Labelled as the biggest free trade deal in history, secret talks and negotiations are currently underway between the European Union and the United States to introduce the Transatlantic Trade and Investment Partnership – TTIP.

It has champions from both sides of the Atlantic, from Washington to the British Prime Minister David Cameron and Deputy PM Nick Clegg, and Europhiles such as Ken Clarke.

When announced in 2013, it was claimed that TTIP will create two million jobs and £100 billion in benefits to the EU. However the European Commission’s best scenario, forecasts GDP would grow by 0.5 percent by 2029, equating to two pounds per person a week; the commission also admits that up to one million workers in the EU and US could lose their jobs as a result of the programme.

Recently, even Ken Clarke has dismissed government economic forecasts as little more than “speculation”.

These apparent contradictions have led the trade deal’s main critics to condemn the TTIP proposal as little more than an ideological deal to suit the interests of big business; transferring the democratic control of economies and workers’ rights to transnational corporations.

Opponents warn that the deal poses a direct threat to public ownership and scrutiny of the health, education and energy industries; as well as undermining the progressive nature of workers’ rights and trade union representation.
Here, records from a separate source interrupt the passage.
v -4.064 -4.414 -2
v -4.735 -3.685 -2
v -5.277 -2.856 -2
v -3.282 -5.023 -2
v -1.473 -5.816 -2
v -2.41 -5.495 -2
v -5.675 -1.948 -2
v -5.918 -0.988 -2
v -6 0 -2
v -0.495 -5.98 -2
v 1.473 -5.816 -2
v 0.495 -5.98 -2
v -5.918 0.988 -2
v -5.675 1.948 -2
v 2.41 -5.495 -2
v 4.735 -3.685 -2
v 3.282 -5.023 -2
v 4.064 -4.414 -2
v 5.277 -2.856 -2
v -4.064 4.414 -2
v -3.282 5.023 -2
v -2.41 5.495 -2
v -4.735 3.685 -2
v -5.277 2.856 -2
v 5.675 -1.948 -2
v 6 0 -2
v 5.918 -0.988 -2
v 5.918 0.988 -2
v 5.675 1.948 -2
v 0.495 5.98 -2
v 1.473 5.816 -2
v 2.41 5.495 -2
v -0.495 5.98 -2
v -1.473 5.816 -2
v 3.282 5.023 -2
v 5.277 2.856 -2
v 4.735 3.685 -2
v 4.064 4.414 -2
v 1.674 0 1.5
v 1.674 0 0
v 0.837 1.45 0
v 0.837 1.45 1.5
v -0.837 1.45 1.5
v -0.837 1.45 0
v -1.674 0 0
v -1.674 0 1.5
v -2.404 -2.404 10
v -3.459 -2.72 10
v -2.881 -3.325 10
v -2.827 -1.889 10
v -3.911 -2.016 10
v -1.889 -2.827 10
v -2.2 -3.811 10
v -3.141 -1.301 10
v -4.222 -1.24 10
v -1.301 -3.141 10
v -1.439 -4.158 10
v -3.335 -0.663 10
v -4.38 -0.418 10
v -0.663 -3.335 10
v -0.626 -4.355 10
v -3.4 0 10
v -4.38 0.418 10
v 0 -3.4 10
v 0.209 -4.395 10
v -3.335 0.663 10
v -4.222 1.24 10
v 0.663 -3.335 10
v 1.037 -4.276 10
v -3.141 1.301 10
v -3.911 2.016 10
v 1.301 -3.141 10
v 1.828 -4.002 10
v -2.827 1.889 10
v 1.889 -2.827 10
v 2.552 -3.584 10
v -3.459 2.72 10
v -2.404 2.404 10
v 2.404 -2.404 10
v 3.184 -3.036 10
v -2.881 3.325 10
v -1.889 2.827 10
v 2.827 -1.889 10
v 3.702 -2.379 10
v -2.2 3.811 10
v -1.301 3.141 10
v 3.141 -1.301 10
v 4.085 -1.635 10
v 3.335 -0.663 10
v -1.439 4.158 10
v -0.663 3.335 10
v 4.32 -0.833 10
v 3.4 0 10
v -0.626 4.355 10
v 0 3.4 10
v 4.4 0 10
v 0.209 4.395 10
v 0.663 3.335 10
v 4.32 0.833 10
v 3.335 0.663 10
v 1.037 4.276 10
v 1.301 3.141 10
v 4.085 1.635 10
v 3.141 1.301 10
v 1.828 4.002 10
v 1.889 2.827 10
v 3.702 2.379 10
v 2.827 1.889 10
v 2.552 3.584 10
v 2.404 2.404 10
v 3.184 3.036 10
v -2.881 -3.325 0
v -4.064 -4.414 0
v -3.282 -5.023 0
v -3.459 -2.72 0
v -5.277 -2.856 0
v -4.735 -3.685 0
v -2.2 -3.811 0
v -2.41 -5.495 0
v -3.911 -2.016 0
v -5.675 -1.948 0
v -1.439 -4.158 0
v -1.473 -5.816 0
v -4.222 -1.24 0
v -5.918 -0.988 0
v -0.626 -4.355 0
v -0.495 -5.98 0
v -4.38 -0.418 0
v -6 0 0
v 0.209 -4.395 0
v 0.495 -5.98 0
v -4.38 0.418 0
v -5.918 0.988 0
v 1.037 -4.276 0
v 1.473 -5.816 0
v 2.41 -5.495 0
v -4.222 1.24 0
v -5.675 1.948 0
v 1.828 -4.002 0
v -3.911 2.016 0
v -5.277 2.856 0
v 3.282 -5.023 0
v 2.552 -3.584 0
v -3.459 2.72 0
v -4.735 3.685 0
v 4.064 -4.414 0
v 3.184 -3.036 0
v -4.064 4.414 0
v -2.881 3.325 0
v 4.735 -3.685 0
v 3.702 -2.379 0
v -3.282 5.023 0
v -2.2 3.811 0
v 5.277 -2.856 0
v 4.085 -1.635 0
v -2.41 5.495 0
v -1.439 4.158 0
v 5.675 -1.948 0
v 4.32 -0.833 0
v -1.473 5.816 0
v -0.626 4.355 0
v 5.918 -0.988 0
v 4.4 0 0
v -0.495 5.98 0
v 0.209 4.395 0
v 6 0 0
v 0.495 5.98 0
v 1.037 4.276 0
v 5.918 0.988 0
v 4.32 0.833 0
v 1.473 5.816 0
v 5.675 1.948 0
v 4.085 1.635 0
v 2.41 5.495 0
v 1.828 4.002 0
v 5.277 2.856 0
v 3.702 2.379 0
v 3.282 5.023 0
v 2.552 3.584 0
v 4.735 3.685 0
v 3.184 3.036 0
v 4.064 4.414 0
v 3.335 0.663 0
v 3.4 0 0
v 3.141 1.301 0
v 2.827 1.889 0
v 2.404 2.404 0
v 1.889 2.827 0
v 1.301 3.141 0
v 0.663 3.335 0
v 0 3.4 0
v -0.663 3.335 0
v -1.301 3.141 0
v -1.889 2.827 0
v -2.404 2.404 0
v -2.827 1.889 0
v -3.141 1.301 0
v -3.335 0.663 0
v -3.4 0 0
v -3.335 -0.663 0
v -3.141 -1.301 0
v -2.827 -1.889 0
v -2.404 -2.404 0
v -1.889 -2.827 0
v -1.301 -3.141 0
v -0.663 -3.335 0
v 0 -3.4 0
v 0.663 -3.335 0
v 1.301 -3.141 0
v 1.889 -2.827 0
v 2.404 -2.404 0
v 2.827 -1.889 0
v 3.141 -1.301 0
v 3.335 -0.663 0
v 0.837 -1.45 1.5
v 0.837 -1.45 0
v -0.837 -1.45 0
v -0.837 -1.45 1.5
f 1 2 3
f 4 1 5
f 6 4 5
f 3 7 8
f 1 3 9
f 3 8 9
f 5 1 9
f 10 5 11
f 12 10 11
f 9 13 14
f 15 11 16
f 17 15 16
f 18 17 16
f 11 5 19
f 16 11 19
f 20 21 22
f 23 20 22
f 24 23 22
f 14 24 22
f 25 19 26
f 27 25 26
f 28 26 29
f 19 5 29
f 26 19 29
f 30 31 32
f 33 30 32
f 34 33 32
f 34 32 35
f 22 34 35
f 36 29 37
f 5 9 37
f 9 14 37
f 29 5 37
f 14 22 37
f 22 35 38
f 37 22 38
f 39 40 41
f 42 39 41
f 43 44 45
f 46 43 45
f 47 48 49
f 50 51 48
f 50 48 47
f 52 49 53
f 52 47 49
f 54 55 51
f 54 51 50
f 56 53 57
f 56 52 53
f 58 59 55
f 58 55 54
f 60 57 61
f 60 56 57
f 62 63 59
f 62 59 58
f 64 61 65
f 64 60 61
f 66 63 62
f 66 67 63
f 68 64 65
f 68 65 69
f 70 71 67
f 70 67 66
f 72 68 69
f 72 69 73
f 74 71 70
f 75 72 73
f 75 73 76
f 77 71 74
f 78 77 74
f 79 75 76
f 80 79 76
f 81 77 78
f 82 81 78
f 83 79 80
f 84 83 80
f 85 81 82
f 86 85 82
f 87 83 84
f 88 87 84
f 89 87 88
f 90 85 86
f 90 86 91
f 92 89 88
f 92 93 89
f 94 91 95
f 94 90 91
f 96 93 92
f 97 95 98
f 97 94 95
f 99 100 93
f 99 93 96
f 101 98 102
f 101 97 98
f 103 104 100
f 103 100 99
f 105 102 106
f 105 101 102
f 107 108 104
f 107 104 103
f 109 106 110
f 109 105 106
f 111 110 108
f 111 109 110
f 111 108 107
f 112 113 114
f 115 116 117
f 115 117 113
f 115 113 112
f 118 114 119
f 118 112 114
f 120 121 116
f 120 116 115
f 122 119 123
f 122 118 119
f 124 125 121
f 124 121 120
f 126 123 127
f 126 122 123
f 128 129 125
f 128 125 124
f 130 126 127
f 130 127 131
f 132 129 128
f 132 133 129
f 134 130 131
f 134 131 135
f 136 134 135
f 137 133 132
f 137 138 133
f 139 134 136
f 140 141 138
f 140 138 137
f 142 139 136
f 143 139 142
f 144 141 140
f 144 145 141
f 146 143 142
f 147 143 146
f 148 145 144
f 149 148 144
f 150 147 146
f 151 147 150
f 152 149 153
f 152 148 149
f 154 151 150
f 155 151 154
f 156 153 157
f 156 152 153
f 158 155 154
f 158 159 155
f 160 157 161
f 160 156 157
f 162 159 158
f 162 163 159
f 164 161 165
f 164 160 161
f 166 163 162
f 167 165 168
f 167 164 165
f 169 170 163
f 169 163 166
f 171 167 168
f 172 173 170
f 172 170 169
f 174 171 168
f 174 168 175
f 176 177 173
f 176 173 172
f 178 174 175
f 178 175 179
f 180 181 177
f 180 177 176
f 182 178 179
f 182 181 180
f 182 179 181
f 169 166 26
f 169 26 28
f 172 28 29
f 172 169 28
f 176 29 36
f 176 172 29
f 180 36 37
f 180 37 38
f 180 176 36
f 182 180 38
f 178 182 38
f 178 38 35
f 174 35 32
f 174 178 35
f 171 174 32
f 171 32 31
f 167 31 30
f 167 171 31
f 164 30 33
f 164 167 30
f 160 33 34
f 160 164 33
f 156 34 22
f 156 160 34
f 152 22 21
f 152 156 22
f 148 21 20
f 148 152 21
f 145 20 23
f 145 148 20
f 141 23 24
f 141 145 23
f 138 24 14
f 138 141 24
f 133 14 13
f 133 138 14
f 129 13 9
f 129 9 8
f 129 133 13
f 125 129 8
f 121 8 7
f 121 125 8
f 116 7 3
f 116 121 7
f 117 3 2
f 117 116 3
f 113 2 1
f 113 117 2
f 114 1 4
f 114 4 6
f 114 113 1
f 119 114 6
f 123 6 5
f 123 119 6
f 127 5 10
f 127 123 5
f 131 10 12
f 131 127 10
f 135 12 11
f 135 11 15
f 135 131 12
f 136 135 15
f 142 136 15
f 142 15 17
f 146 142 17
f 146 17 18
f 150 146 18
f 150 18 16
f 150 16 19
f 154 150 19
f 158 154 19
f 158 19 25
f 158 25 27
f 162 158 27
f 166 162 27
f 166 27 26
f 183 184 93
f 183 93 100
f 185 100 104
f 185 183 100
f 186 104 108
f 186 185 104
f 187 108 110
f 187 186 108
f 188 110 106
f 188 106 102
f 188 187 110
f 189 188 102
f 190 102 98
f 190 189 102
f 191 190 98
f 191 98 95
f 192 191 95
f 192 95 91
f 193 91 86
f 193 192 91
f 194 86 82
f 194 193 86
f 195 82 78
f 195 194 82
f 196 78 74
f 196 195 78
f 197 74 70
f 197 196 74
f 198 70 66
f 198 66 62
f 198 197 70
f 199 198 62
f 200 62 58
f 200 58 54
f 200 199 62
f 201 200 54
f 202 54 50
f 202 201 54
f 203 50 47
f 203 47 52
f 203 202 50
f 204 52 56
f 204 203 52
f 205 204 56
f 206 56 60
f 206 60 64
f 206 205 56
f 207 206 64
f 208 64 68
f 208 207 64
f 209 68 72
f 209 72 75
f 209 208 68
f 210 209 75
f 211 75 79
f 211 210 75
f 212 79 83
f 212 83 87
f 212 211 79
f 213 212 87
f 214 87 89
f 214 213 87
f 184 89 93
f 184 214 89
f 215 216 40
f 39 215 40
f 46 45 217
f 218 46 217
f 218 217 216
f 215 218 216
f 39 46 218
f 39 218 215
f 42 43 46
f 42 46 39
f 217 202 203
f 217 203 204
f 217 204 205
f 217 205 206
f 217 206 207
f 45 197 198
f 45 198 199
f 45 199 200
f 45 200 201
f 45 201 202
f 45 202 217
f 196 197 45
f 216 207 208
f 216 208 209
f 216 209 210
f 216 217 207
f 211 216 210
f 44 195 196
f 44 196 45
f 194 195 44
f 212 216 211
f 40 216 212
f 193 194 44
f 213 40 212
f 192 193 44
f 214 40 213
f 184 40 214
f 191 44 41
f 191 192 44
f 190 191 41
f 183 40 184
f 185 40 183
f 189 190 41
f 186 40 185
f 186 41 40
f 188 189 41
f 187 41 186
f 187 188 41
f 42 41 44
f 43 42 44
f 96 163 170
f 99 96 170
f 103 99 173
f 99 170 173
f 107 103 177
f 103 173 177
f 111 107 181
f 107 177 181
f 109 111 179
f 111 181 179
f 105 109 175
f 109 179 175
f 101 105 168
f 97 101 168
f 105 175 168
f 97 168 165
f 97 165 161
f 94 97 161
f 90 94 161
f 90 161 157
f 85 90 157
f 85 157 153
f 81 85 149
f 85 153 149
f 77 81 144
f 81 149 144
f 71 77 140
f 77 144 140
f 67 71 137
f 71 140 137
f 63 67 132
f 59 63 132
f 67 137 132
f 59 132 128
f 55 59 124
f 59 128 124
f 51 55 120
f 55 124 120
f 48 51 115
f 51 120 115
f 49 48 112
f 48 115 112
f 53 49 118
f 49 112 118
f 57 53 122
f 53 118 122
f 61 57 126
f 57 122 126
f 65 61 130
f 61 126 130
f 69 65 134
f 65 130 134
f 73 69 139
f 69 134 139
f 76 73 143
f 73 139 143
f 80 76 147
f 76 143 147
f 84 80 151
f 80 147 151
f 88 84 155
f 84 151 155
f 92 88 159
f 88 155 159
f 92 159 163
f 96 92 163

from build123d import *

# Parameters (mm, degrees)
F0_R     = 6
F0_R_2   = 4.4
F0_R_3   = 3.4
F1_DEPTH = 2
F2_DEPTH = 10
F3_DEPTH = 1.5
F4_DEPTH = 2


with BuildPart() as f1:
    # F0 (on Top) → F1 (new body)
    with BuildSketch(Plane.XY):
        Circle(F0_R)
        Circle(F0_R_2, mode=Mode.SUBTRACT)
        Circle(F0_R_2)
        Circle(F0_R_3, mode=Mode.SUBTRACT)
        Circle(F0_R_3)
        Polygon((0.8371578903, 1.45), (1.6743157806, 0), (0.8371578903, -1.45), (-0.8371578903, -1.45), (-1.6743157806, 0), (-0.8371578903, 1.45), align=None, mode=Mode.SUBTRACT)
    extrude(amount=-F1_DEPTH)

    # F0 (on Top) → F2 (join)
    with BuildSketch(Plane.XY):
        Circle(F0_R_2)
        Circle(F0_R_3, mode=Mode.SUBTRACT)
    extrude(amount=F2_DEPTH)

    # F0 (on Top) → F3 (join)
    with BuildSketch(Plane.XY):
        Polygon((0.8371578903, -1.45), (1.6743157806, 0), (0.8371578903, 1.45), (-0.8371578903, 1.45), (-1.6743157806, 0), (-0.8371578903, -1.45), align=None)
    extrude(amount=F3_DEPTH)

    # F4 (add): a face of the model
    f4_faces = [f1.faces().sort_by_distance(p)[0] for p in [
        (0, 0, 0),
    ]]
    extrude(f4_faces, amount=F4_DEPTH)


solid = f1.part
Under the trade deal, investors and businesses will have the power to sue national governments, for any potential loss of profit as a result of government decisions. These Investor State Dispute Settlements will be held in secret and overseen by corporate lawyers.

Examples of such proceedings have already occurred under similar rules and regulations, energy companies sued Argentina for freezing energy prices, which raises questions over any potential Labour government in 2015 from doing the same. In Egypt, the waste and energy company Veolia, sued the Egyptian government for bringing in the minimum wage; and the Australian government was sued by the tobacco corporation Philip Morris, for introducing plain packaging on tobacco products.

To facilitate US businesses to trade with European Union nations, current environmental regulations, labour laws and food safety standards -such as bans on GMOs- will be removed.

This relaxing of regulations is just part of the liberalisation of EU economies. Public services and government contracts will not be protected from these measures. Health services such as the NHS are included within the negotiations.

The NHS and other nationalised services would be almost impossible to renationalise once privatised, which may in part explain why the main political parties in the UK fall short of a commitment to renationalise the railways.

Such ideological fears are not without precedent; TTIP is seen as the latest in a series of neoliberal measures.

Following The Stability and Growth Pact, the 2020 Strategy, and the Fiscal Compact – critics and opponents, mainly from the left of the political spectrum, cite the rewriting of Portugal’s 1976 constitution, believing that the most progressive elements of it are being replaced, whilst observing that France is seeing the biggest cuts to public services since the Second World War.

In Britain, the government has secured an opt-out from the 2012 Stability Treaty, but Article 16 states than within 5 years of implementation from January 2013, all member states are legally obliged to eliminate the budget deficit. It is no coincidence that in this year’s budget, George Osbourne targeted a zero budget deficit by 2018.

Institute for Fiscal Studies states we are not yet halfway through the necessary public sector job cuts.

Internationally, TTIP follows the proposed Multilateral Agreement on Investment in 1999 which was successfully defeated. The General Agreement on Trade in Services in 1995, allowed the liberalisation of service sectors into an open market, but campaign groups including trade unions succeeded in ensuring governments could keep public services out of it.

Perhaps the most widely known deal of all, the 1994 North American Free Trade Agreement (NAFTA), saw the heavily subsidised US agriculture industry undermine Mexican farmers and the wider economy; one knock-on effect was that peasants fled from the land, which is now used for poppy growing in the drug trade.

Under the NAFTA treaty, US corporations must be allowed to operate freely.

Even today the US is fortifying the border with Mexico to prevent impoverished citizens from seeking a new life. This is a direct result of NAFTA. The Adam Smith notion that “free trade requires the free movement of labour” is lost on the architects of these free trade deals.

The British government backs TTIP claiming it can compete in the single market by extending the reach of the private sector into public services. The US sees it as an opportunity to force open markets for US corporations, and to allow EU firms to relocate to the states where anti-union laws are in place and production costs are cheaper.

Based on recent “free trade” deals and the austerity programme imposed by the European Union on member states, opponents fear that TTIP will end any chance of a democratically controlled economy and will irreversibly end public ownership.